Software

CLOUDMESH CLIENT

MACHINE LEARNING

  • Indiana University
  • Saliya Ekanayake, Supun Kamburugamuve, Pulasthi Wickramasinghe, Geoffrey C. Fox

Machine learning is a set of high-performance multidimensional scaling and clustering applications targeted for HPC environments.

Users’ guide (work in progress) is available at https://www.gitbook.com/book/esaliya/global-machine-learning-with-dsc-spidal/details

The following codes are available at:

SPATIAL DATA ANALYSIS LIBRARY

  • Stony Brook University/Emory University
  • co-PI: Fusheng Wang

Support of high performance queries and analytics on large volumes of spatial data has become increasingly important in many application domains, including geospatial problems in numerous disciplines, location based services, and emerging medical imaging applications. There are two major challenges for managing and analyzing massive spatial data: the explosion of spatial data, and the high computational complexity of spatial data processing. Our goal is to develop a general library to support high performance spatial queries and analytics for both 2D and 3D spatial big data that can be fully integrated into MIDAS middleware to take advantage of various big data platforms.

MIDAS

  • Rutgers University
  • co-PI: Shantenu Jha

As part of the SPIDAL Project, the RADICAL team at Rutgers is developing a MIddleware for Data-intensive Analysis and Science (MIDAS) to support the wide range of applications and analytics algorithms that SPIDAL must support. These application and analytics algorithms must execute efficiently on current and future generation supercomputers and cloud platforms, yet must not be bound too tightly to a specific platform. Given the rapid changes in the infrastructure and platforms, performance must not come at the cost of portability, extensibility and flexibility. On the other hand the complexity and overhead of multiple levels of functionality, indirection and abstractions must be avoided. It is the role and responsibility of MIDAS to determine a “sweet spot” between the two extremes. In the short term we will work with application teams to provide “fast integration” to support the applications. The RADICAL team will also work with Indiana University to integrate MIDAS with the advanced analytics algorithms and libraries (SPIDAL) to provide scalable and interoperable implementations as they are being developed. As SPIDAL is developed by the project applications, MIDAS will thus provide a “deeper integration” for the applications.

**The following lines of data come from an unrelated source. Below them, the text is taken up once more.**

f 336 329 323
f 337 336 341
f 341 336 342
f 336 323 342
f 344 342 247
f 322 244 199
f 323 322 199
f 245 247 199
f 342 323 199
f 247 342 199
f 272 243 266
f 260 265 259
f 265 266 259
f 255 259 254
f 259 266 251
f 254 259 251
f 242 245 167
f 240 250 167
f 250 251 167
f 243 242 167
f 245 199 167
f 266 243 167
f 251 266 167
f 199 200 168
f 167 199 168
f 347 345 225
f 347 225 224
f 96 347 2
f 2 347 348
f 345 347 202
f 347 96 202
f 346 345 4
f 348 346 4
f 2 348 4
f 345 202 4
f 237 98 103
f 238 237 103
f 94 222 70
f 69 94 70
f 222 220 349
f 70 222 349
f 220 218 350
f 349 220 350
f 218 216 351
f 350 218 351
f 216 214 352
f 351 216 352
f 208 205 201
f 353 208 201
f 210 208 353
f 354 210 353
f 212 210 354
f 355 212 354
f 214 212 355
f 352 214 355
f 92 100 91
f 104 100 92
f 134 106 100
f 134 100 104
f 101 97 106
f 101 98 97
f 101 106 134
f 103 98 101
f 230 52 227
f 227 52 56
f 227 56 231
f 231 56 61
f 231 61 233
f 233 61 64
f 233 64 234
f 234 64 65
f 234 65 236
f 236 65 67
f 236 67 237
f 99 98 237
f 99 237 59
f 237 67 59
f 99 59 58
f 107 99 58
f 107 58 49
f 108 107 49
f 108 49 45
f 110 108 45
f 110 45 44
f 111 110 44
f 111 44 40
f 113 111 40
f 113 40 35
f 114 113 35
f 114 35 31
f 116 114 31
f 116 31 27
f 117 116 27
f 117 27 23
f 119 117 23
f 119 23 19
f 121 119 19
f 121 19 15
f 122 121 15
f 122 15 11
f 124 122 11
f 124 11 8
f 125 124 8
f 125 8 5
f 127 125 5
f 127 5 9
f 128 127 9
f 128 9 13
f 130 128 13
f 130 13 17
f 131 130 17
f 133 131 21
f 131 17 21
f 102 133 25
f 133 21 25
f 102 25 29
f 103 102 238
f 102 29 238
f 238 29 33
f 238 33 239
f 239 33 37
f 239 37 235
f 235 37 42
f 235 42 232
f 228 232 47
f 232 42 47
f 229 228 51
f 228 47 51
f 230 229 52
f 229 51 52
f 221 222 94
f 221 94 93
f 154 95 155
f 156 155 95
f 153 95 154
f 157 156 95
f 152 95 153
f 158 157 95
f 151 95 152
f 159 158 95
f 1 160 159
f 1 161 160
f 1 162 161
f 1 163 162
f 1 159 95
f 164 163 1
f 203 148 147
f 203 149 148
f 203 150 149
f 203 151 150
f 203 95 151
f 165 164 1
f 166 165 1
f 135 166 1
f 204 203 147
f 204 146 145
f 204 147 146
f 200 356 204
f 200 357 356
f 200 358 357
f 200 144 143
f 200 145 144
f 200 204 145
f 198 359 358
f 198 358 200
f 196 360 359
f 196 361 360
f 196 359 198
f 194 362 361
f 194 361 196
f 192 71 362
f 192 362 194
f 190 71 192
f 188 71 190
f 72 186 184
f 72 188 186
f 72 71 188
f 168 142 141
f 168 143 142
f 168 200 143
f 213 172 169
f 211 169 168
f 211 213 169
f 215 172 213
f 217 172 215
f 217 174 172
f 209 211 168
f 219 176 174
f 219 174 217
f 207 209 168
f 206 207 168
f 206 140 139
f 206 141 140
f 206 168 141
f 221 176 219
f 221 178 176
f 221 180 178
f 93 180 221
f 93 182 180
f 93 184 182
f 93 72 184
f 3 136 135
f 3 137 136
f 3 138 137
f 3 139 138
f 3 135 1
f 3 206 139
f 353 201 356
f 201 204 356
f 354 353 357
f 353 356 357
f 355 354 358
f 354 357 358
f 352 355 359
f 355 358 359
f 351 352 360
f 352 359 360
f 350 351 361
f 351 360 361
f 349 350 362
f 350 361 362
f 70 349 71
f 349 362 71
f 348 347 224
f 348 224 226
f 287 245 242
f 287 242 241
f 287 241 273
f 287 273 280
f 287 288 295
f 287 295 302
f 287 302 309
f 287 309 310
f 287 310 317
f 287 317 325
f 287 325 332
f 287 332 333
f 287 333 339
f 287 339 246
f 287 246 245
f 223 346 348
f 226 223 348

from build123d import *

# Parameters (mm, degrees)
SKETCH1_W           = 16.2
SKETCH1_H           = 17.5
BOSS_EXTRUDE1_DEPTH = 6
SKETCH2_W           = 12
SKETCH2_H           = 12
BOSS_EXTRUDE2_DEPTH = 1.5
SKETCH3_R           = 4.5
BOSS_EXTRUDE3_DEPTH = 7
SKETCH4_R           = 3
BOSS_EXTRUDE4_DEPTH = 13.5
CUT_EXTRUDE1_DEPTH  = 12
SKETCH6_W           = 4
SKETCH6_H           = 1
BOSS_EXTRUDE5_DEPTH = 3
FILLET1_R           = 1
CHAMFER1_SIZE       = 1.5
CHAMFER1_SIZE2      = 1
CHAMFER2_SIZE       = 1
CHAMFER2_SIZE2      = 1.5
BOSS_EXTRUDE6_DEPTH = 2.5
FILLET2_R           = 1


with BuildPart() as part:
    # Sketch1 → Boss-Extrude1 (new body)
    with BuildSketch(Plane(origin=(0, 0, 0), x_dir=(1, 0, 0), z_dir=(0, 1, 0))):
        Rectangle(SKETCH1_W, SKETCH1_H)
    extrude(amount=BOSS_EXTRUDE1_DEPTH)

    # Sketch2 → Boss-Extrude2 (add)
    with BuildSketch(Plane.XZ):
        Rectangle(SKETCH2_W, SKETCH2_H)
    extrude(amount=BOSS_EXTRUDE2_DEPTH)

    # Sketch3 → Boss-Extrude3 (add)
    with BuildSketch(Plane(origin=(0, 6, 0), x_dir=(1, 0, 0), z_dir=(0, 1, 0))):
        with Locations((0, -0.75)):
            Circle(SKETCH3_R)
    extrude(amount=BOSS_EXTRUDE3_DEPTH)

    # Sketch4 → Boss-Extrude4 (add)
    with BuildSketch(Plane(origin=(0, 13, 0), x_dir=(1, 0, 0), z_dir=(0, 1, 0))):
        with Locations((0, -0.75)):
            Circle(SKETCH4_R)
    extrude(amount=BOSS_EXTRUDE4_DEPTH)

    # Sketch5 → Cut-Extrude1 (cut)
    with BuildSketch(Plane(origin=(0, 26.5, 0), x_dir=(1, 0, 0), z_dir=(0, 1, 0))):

CINET: A CYBER INFRASTRUCTURE FOR NETWORK SCIENCE

  • Virginia Polytechnic Institute and State University
  • co-PI: Madhav V. Marathe

Networks are an effective abstraction for representing real systems. Consequently, network science is increasingly used in academia and industry to solve problems in many fields. Computations that determine structure properties and dynamical behaviors offer insights into the characteristics of real systems. CINET is an open-access, web-based tool for analyzing networks that represent interactions in large-scale complex systems. It was developed at Virginia Tech and partially funded by NSF to provide a large set of networks and the algorithms to analyze them. Users can also add their own networks to be analyzed by the provided algorithms. The web-based interface has been designed to simplify analysis of complex networks for users who are not necessarily computer scientists. CINET has the following features: (i) it offers realistic networks from the literature and various random and deterministic network generators; (ii) it provides many algorithmic modules and measures to study and characterize networks; (iii) it is designed for efficient execution of complex algorithms on distributed high performance computers so that they scale to large networks; and (iv) it is hosted with web interfaces so that even non-computing experts without direct access to high performance computing resources can still reap the system benefits.

WebPlotViz: Browser based Visualization tool

WebPlotViz is a 3D data point browser that visualizes large volume of 3-dimensional data as points in a virtual space on web browser and enable users to explore the virtual space interactively. Used together with dimension reduction algorithms such as MDS, WebPlotViz can help users to discover intrinsic structures of high-dimensional data and browse large volumes of data points interactively and efficiently in a virtual 3D space.

WebPlotViz uses Three.js JavaScript library for rendering 3D plots in the browser. Three.js is built using WebGL technology, which allows GPU-accelerated graphics using JavaScript. It enables WebPlotViz to visualize 3D plots consisting of millions of data points seamlessly. WebPlotViz is designed to visualize sequences of time series 3D data frame by frame as a moving plot.

MDAnalysis

MDAnalysis is an object-oriented Python library to analyze trajectories from molecular dynamics (MD) simulations with millions of particles in most of the commonly used file formats. It abstracts access to the raw simulation data and presents a uniform object-oriented Python interface to the user. It thus enables users to rapidly write code that is portable and immediately usable in virtually all biomolecular simulation communities while also leveraging the existing libraries in the Python eco-system. The user interface and modular design work equally well in complex scripted workflows, as foundations for other packages, and for interactive and rapid prototyping work. MDAnalysis is developed by an active developer community and is available under the GNU General Public License, version 2.